發乎情止乎禮的懵懂心動,豈是肮髒的“私通”二字所能夠褻瀆的!
不是不能夠反抗,可她很清楚自己反抗的後果。後宮與前朝相輔相成,世家與友國相對相立,帝王夫君有種種權衡,而西宮闕氏定會想盡辦法讓哥哥和母親失去所有,甚至最後父汗會將他們作為罪人押送至兩國邊境,以鮮血祭奠所謂的“和平”。而且……她淒然一笑,若是反抗,那所有人都會看見,都會知道,阿史那悠然,原來是一個跛子。
她阿史那悠然,就算死,也要堂堂正正,絕不能被任何人嘲笑,被任何人看不起!
聞訊匆匆趕到的聖母皇太後與母後皇太後爭執了起來。她看見了前者現出罕見的淩厲風采,看見了後者因赤裸裸的嫉妒而扭曲的臉龐。她突然心生感慨:嫁至大夏整整五年,最溫暖、最有力,同時也是最不問因由結果的支持,竟然來自於自己未曾見過幾麵的婆婆,而非她肌膚相親過的夫君,肝膽相照過的摯友,用心愛惜過的奴仆。

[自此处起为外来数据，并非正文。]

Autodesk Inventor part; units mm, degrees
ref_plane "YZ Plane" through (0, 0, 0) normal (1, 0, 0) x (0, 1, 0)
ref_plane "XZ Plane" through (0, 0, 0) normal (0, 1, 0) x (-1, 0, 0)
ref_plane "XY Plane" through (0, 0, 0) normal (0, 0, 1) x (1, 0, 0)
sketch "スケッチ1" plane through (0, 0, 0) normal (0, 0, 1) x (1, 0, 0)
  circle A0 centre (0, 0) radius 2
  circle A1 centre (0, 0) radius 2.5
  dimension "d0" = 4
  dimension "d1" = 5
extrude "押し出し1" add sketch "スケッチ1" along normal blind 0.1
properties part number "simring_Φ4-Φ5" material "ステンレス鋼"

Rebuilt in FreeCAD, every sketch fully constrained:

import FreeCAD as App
import Part
import Sketcher

V = App.Vector
Q = App.Units.Quantity

doc = App.newDocument("Part")
params = doc.addObject("Spreadsheet::Sheet", "Params")
for row, (alias, value) in enumerate([
    ("sketch1_diameter", "5 mm"),
    ("sketch1_diameter2", "4 mm"),
    ("pad1_length", "0.1 mm"),
], start=1):
    params.set(f"A{row}", alias)
    params.set(f"B{row}", "=" + value)
    params.setAlias(f"B{row}", alias)

body = doc.addObject("PartDesign::Body", "Body")

# Sketch on XY plane
sketch1 = body.newObject("Sketcher::SketchObject", "Sketch")
sketch1.AttachmentSupport = (doc.getObject("XY_Plane"), [""])
sketch1.MapMode = "FlatFace"
sketch1.addGeometry(Part.Circle(V(0, 0, 0), V(0, 0, 1), 2.5), False)
sketch1.addGeometry(Part.Circle(V(0, 0, 0), V(0, 0, 1), 2), False)
sketch1.addConstraint(Sketcher.Constraint("Coincident", 0, 3, -1, 1))
sketch1.addConstraint(Sketcher.Constraint("Coincident", 1, 3, -1, 1))
sketch1.addConstraint(Sketcher.Constraint("Diameter", 0, Q("5 mm")))
sketch1.addConstraint(Sketcher.Constraint("Diameter", 1, Q("4 mm")))
sketch1.setExpression("Constraints[2]", "Params.sketch1_diameter")
sketch1.setExpression("Constraints[3]", "Params.sketch1_diameter2")
pad1 = body.newObject("PartDesign::Pad", "Pad")
pad1.Profile = sketch1
pad1.setExpression("Length", "Params.pad1_length")

doc.recompute()
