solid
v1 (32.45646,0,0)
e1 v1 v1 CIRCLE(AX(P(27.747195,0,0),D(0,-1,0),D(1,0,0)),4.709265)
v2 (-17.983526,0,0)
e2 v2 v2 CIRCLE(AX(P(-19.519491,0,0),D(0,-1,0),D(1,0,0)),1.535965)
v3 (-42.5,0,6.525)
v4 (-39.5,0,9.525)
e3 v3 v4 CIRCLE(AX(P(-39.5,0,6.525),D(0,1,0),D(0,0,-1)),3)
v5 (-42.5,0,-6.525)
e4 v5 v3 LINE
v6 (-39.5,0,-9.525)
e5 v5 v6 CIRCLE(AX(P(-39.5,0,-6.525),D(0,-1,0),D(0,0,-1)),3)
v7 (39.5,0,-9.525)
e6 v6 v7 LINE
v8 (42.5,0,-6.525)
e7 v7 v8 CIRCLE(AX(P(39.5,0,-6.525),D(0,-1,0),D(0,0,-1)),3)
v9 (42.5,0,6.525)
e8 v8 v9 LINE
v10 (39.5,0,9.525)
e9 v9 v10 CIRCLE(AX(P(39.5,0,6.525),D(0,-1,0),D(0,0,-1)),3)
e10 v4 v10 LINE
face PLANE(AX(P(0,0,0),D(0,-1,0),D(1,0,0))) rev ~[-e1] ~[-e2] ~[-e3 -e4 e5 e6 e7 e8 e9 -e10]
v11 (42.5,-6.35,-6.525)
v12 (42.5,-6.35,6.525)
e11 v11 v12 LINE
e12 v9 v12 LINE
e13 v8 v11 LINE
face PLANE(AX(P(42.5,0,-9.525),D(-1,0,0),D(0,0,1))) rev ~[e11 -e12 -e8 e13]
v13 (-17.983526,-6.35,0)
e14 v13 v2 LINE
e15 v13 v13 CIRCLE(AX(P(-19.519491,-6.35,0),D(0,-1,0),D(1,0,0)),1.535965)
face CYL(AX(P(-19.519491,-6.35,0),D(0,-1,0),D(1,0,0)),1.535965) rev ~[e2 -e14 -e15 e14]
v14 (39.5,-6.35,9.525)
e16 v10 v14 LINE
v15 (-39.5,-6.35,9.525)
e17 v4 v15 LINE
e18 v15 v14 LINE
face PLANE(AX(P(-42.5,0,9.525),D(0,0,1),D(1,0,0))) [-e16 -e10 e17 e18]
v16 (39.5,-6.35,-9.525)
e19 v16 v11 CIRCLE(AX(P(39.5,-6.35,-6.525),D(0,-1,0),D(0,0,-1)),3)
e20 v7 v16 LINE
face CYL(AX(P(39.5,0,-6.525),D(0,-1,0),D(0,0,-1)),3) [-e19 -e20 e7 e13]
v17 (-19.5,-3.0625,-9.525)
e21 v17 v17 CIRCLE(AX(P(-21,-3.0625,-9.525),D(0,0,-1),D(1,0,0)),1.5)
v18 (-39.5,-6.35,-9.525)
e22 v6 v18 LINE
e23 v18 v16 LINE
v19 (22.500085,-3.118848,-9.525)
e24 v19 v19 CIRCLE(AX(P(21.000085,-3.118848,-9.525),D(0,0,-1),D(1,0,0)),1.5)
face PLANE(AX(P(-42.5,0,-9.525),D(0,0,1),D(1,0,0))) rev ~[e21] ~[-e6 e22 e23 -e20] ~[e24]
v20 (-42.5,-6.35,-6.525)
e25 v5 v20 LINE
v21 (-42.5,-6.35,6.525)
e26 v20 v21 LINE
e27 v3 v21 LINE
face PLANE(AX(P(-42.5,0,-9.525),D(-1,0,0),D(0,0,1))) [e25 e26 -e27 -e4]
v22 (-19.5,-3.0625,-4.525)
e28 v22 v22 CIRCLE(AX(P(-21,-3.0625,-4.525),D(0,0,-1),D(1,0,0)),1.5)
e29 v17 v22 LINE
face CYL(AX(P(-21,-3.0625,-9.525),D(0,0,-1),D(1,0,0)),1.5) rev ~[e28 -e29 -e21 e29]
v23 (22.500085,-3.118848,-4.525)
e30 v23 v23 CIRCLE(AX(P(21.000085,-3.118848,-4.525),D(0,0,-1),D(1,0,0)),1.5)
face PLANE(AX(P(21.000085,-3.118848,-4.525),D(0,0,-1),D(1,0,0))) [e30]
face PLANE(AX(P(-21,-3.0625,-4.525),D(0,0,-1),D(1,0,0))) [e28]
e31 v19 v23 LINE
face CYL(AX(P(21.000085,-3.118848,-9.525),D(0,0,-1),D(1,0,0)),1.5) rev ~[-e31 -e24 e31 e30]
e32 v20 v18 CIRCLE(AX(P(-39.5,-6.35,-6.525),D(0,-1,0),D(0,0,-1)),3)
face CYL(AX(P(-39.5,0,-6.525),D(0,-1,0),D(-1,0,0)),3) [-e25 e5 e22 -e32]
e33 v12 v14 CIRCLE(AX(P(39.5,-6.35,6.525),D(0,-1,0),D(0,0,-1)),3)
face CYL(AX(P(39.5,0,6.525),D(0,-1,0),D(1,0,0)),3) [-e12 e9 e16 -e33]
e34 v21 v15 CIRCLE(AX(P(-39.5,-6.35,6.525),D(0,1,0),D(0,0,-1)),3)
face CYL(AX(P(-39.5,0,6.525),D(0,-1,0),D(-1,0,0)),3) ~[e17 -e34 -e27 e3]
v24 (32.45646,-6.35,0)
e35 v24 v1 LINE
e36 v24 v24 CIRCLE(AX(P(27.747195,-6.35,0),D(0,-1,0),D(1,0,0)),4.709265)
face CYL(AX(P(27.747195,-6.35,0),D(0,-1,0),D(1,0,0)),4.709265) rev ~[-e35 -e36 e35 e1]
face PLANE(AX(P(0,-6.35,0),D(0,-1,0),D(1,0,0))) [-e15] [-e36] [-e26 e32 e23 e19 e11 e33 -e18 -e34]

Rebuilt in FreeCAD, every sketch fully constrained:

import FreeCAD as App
import Part
import Sketcher


def edges_at(feature, points):
    """Names of the edges that pass closest to the given points."""
    edges = feature.Shape.Edges
    near = lambda p: min(range(len(edges)), key=lambda i: edges[i].distToShape(Part.Vertex(*p))[0])
    return sorted({f"Edge{near(p) + 1}" for p in points})

doc = App.newDocument("Part")
body = doc.addObject("PartDesign::Body", "Body")

sketch1 = body.newObject("Sketcher::SketchObject", "Sketch")
sketch1.AttachmentSupport = (doc.getObject("XZ_Plane"), [""])
sketch1.MapMode = "FlatFace"
sketch1.addGeometry(Part.LineSegment(App.Vector(-42, 10, 0), App.Vector(-42, -10, 0)), False)
sketch1.addGeometry(Part.LineSegment(App.Vector(-42, -10, 0), App.Vector(42, -10, 0)), False)
sketch1.addGeometry(Part.LineSegment(App.Vector(42, -10, 0), App.Vector(42, 10, 0)), False)
sketch1.addGeometry(Part.LineSegment(App.Vector(42, 10, 0), App.Vector(-42, 10, 0)), False)
sketch1.addConstraint(Sketcher.Constraint("Coincident", 0, 2, 1, 1))
sketch1.addConstraint(Sketcher.Constraint("Coincident", 1, 2, 2, 1))
sketch1.addConstraint(Sketcher.Constraint("Coincident", 2, 2, 3, 1))
sketch1.addConstraint(Sketcher.Constraint("Coincident", 3, 2, 0, 1))
sketch1.addConstraint(Sketcher.Constraint("Vertical", 0))
sketch1.addConstraint(Sketcher.Constraint("Horizontal", 1))
sketch1.addConstraint(Sketcher.Constraint("Vertical", 2))
sketch1.addConstraint(Sketcher.Constraint("Horizontal", 3))
sketch1.addConstraint(Sketcher.Constraint("Symmetric", 0, 2, 2, 2, -1, 1))
sketch1.addConstraint(Sketcher.Constraint("DistanceX", 1, 1, 1, 2, 85.0))
sketch1.addConstraint(Sketcher.Constraint("DistanceY", 0, 2, 0, 1, 19.05))
pad1 = body.newObject("PartDesign::Pad", "Pad")
pad1.Profile = sketch1
pad1.Length = 6.35
doc.recompute()

fillet = body.newObject("PartDesign::Fillet", "Fillet")
fillet.Base = (pad1, edges_at(pad1, [
    (-42.5, -3.175, 9.525),
    (42.5, -3.175, 9.525),
    (-42.5, -3.175, -9.525),
    (42.5, -3.175, -9.525),
]))
fillet.Radius = 3

sketch2 = body.newObject("Sketcher::SketchObject", "Sketch001")
sketch2.AttachmentSupport = (doc.getObject("XZ_Plane"), [""])
sketch2.MapMode = "FlatFace"
sketch2.AttachmentOffset = App.Placement(App.Vector(0, 0, 6.35), App.Rotation())
sketch2.addGeometry(Part.Circle(App.Vector(-19.5, 0, 0), App.Vector(0, 0, 1), 1.5), False)
sketch2.addGeometry(Part.Circle(App.Vector(27.7, 0, 0), App.Vector(0, 0, 1), 4.7), False)
sketch2.addConstraint(Sketcher.Constraint("PointOnObject", 0, 3, -1))
sketch2.addConstraint(Sketcher.Constraint("PointOnObject", 1, 3, -1))
sketch2.addConstraint(Sketcher.Constraint("Diameter", 0, 3.07193))
sketch2.addConstraint(Sketcher.Constraint("Diameter", 1, 9.41853))
sketch2.addConstraint(Sketcher.Constraint("DistanceX", 0, 3, -1, 1, 19.519491))
sketch2.addConstraint(Sketcher.Constraint("DistanceX", -1, 1, 1, 3, 27.747195))
pocket1 = body.newObject("PartDesign::Pocket", "Pocket")
pocket1.Profile = sketch2
pocket1.Length = 25

sketch3 = body.newObject("Sketcher::SketchObject", "Sketch002")
sketch3.AttachmentSupport = (doc.getObject("XY_Plane"), [""])
sketch3.MapMode = "FlatFace"
sketch3.AttachmentOffset = App.Placement(App.Vector(0, 0, -9.525), App.Rotation())
sketch3.addGeometry(Part.Circle(App.Vector(-21, -3.1, 0), App.Vector(0, 0, 1), 1.5), False)
sketch3.addGeometry(Part.Circle(App.Vector(21, -3.1, 0), App.Vector(0, 0, 1), 1.5), False)
sketch3.addConstraint(Sketcher.Constraint("Equal", 0, 1))
sketch3.addConstraint(Sketcher.Constraint("Diameter", 0, 3.0))
sketch3.addConstraint(Sketcher.Constraint("DistanceX", 0, 3, -1, 1, 21.0))
sketch3.addConstraint(Sketcher.Constraint("DistanceY", 0, 3, -1, 1, 3.0625))
sketch3.addConstraint(Sketcher.Constraint("DistanceX", -1, 1, 1, 3, 21.000085))
sketch3.addConstraint(Sketcher.Constraint("DistanceY", 1, 3, -1, 1, 3.118848))
pocket2 = body.newObject("PartDesign::Pocket", "Pocket001")
pocket2.Profile = sketch3
pocket2.Length = 5
pocket2.Reversed = True

doc.recompute()
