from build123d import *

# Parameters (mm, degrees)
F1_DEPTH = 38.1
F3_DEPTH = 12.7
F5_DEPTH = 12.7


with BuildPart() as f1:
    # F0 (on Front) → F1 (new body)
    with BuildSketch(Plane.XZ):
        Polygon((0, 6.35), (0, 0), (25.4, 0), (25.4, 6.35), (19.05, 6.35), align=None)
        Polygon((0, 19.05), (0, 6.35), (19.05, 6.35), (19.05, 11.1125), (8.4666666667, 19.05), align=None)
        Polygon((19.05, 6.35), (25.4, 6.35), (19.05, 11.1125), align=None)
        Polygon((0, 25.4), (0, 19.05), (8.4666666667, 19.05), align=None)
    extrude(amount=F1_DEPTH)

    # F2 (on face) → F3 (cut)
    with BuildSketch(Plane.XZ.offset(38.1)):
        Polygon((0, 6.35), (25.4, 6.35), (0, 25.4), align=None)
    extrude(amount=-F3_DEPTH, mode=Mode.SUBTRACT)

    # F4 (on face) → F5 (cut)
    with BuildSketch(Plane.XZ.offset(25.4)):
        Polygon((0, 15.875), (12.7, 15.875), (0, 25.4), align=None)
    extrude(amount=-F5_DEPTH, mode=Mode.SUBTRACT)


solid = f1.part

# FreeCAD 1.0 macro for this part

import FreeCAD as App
import Part
import Sketcher

V = App.Vector
Q = App.Units.Quantity


def add_polygon(sketch, points):
    """Adds a closed chain of lines whose ends are joined by coincident constraints."""
    first, n = sketch.GeometryCount, len(points)
    for a, b in zip(points, points[1:] + points[:1]):
        sketch.addGeometry(Part.LineSegment(App.Vector(*a, 0), App.Vector(*b, 0)), False)
    for i in range(n):
        sketch.addConstraint(Sketcher.Constraint("Coincident", first + i, 2, first + (i + 1) % n, 1))

doc = App.newDocument("Part")
body = doc.addObject("PartDesign::Body", "Body")

sketch1 = body.newObject("Sketcher::SketchObject", "Sketch")
sketch1.AttachmentSupport = (doc.getObject("XZ_Plane"), [""])
sketch1.MapMode = "FlatFace"
add_polygon(sketch1, [(0, 0), (25.4, 0), (25.4, 6.35), (19.05, 11.1125), (8.466667, 19.05), (0, 25.4)])
sketch1.addConstraint([
    Sketcher.Constraint("Horizontal", 0),
    Sketcher.Constraint("Vertical", 1),
    Sketcher.Constraint("Vertical", 5),
    Sketcher.Constraint("Coincident", 5, 2, -1, 1),
    Sketcher.Constraint("Parallel", 2, 3),
    Sketcher.Constraint("Parallel", 3, 4),
    Sketcher.Constraint("Equal", 0, 5),
    Sketcher.Constraint("DistanceX", 0, 1, 0, 2, Q("1 in")),
    Sketcher.Constraint("DistanceY", 1, 1, 1, 2, Q("0.25 in")),
    Sketcher.Constraint("DistanceY", 1, 2, 3, 2, Q("0.5 in")),
    Sketcher.Constraint("DistanceX", -1, 1, 2, 2, Q("0.75 in")),
])
pad1 = body.newObject("PartDesign::Pad", "Pad")
pad1.Profile = sketch1
pad1.Length = Q("1.5 in")

sketch2 = body.newObject("Sketcher::SketchObject", "Sketch001")
sketch2.AttachmentSupport = (doc.getObject("XZ_Plane"), [""])
sketch2.MapMode = "FlatFace"
sketch2.AttachmentOffset = App.Placement(V(0, 0, 1.5 * 25.4), App.Rotation())
add_polygon(sketch2, [(0, 6.35), (25.4, 6.35), (0, 25.4)])
sketch2.addConstraint([
    Sketcher.Constraint("Horizontal", 0),
    Sketcher.Constraint("Vertical", 2),
    Sketcher.Constraint("PointOnObject", 1, 2, -2),
    Sketcher.Constraint("DistanceX", 0, 1, 0, 2, Q("1 in")),
    Sketcher.Constraint("DistanceY", -1, 1, 1, 2, Q("1 in")),
    Sketcher.Constraint("DistanceY", 2, 2, 2, 1, Q("0.75 in")),
])
pocket1 = body.newObject("PartDesign::Pocket", "Pocket")
pocket1.Profile = sketch2
pocket1.Length = Q("0.5 in")

sketch3 = body.newObject("Sketcher::SketchObject", "Sketch002")
sketch3.AttachmentSupport = (doc.getObject("XZ_Plane"), [""])
sketch3.MapMode = "FlatFace"
sketch3.AttachmentOffset = App.Placement(V(0, 0, 1 * 25.4), App.Rotation())
add_polygon(sketch3, [(0, 15.875), (12.7, 15.875), (0, 25.4)])
sketch3.addConstraint([
    Sketcher.Constraint("Horizontal", 0),
    Sketcher.Constraint("Vertical", 2),
    Sketcher.Constraint("PointOnObject", 1, 2, -2),
    Sketcher.Constraint("DistanceX", 0, 1, 0, 2, Q("0.5 in")),
    Sketcher.Constraint("DistanceY", -1, 1, 1, 2, Q("1 in")),
    Sketcher.Constraint("DistanceY", 2, 2, 2, 1, Q("0.375 in")),
])
pocket2 = body.newObject("PartDesign::Pocket", "Pocket001")
pocket2.Profile = sketch3
pocket2.Length = Q("0.5 in")

doc.recompute()
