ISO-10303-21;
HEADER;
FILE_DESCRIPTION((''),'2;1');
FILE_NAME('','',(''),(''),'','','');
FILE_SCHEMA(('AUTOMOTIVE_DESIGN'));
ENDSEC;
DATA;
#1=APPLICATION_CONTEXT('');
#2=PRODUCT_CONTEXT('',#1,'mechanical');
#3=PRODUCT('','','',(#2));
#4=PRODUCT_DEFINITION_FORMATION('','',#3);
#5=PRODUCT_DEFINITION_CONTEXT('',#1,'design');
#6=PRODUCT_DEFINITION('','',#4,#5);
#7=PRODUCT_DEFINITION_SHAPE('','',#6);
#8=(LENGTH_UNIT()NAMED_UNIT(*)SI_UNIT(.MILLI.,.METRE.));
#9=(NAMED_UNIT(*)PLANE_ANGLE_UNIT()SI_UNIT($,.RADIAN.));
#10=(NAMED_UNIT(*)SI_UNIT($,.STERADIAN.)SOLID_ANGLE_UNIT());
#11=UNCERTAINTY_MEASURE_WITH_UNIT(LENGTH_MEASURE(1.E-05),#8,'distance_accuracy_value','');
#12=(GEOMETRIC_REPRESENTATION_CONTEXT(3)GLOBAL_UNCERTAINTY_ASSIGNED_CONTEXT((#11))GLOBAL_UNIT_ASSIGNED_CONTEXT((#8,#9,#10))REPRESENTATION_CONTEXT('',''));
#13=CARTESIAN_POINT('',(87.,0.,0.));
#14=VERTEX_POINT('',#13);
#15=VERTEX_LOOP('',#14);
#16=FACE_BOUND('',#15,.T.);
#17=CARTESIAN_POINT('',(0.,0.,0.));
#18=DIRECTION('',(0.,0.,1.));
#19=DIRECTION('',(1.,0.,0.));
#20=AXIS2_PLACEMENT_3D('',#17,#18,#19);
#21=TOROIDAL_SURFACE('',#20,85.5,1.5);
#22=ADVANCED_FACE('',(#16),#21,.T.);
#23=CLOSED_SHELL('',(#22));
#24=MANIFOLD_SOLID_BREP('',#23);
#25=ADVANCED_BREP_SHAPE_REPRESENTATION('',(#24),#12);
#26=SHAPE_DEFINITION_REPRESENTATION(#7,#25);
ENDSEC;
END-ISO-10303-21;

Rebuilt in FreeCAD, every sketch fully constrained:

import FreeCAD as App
import Part
import Sketcher
from FreeCAD import Vector

doc = App.newDocument("Part")
body = doc.addObject("PartDesign::Body", "Body")

sketch1 = body.newObject("Sketcher::SketchObject", "Sketch")
sketch1.AttachmentSupport = (doc.getObject("YZ_Plane"), [""])
sketch1.MapMode = "FlatFace"
sketch1.addGeometry(Part.Circle(Vector(85.5, 0, 0), Vector(0, 0, 1), 1.5), False)
sketch1.addConstraint([
    Sketcher.Constraint("PointOnObject", 0, 3, -1),
    Sketcher.Constraint("Diameter", 0, 3.0),
    Sketcher.Constraint("DistanceX", -1, 1, 0, 3, 85.5),
])
revolution = body.newObject("PartDesign::Revolution", "Revolution")
revolution.Profile = sketch1
revolution.ReferenceAxis = (sketch1, ["V_Axis"])
revolution.Angle = 360

doc.recompute()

她感覺到麻痹的感覺自小腿一點點漫上來,就好像那一日她沉入漆黑的池底,被冰冷的水一點點沒過頭頂。她看著光明逐漸消失,她看著黑暗逐漸蔓延,她看著無極城的紅牆逐漸崩塌,眼前的世界支離破碎,卻緩緩展成一幅湛藍無雲的廣袤天空。
她終於可以暢快地奔跑在一望無際的草原之上,無牽無掛,無憂無慮,用盡全身力氣去追逐那個她愛而不得、恨而不能的英勇青年,去追逐她想忘記、假裝忘記,最終卻又舍不得忘記的唯一的愛戀。
莊嫻皇貴妃阿史那氏,諱悠然,本名哥雲,突厥敘汗三公主也。天佑二十一年入寧王府,為側妃。二十二年三月,冊拜太子側妃。元熙元年一月,聖宗即位,冊莊妃。累晉至莊貴妃。三年十二月,受廷杖六十,傷重而薨,年二十二。追諡莊嫻皇貴妃,入葬坤陵妃園寢。無子。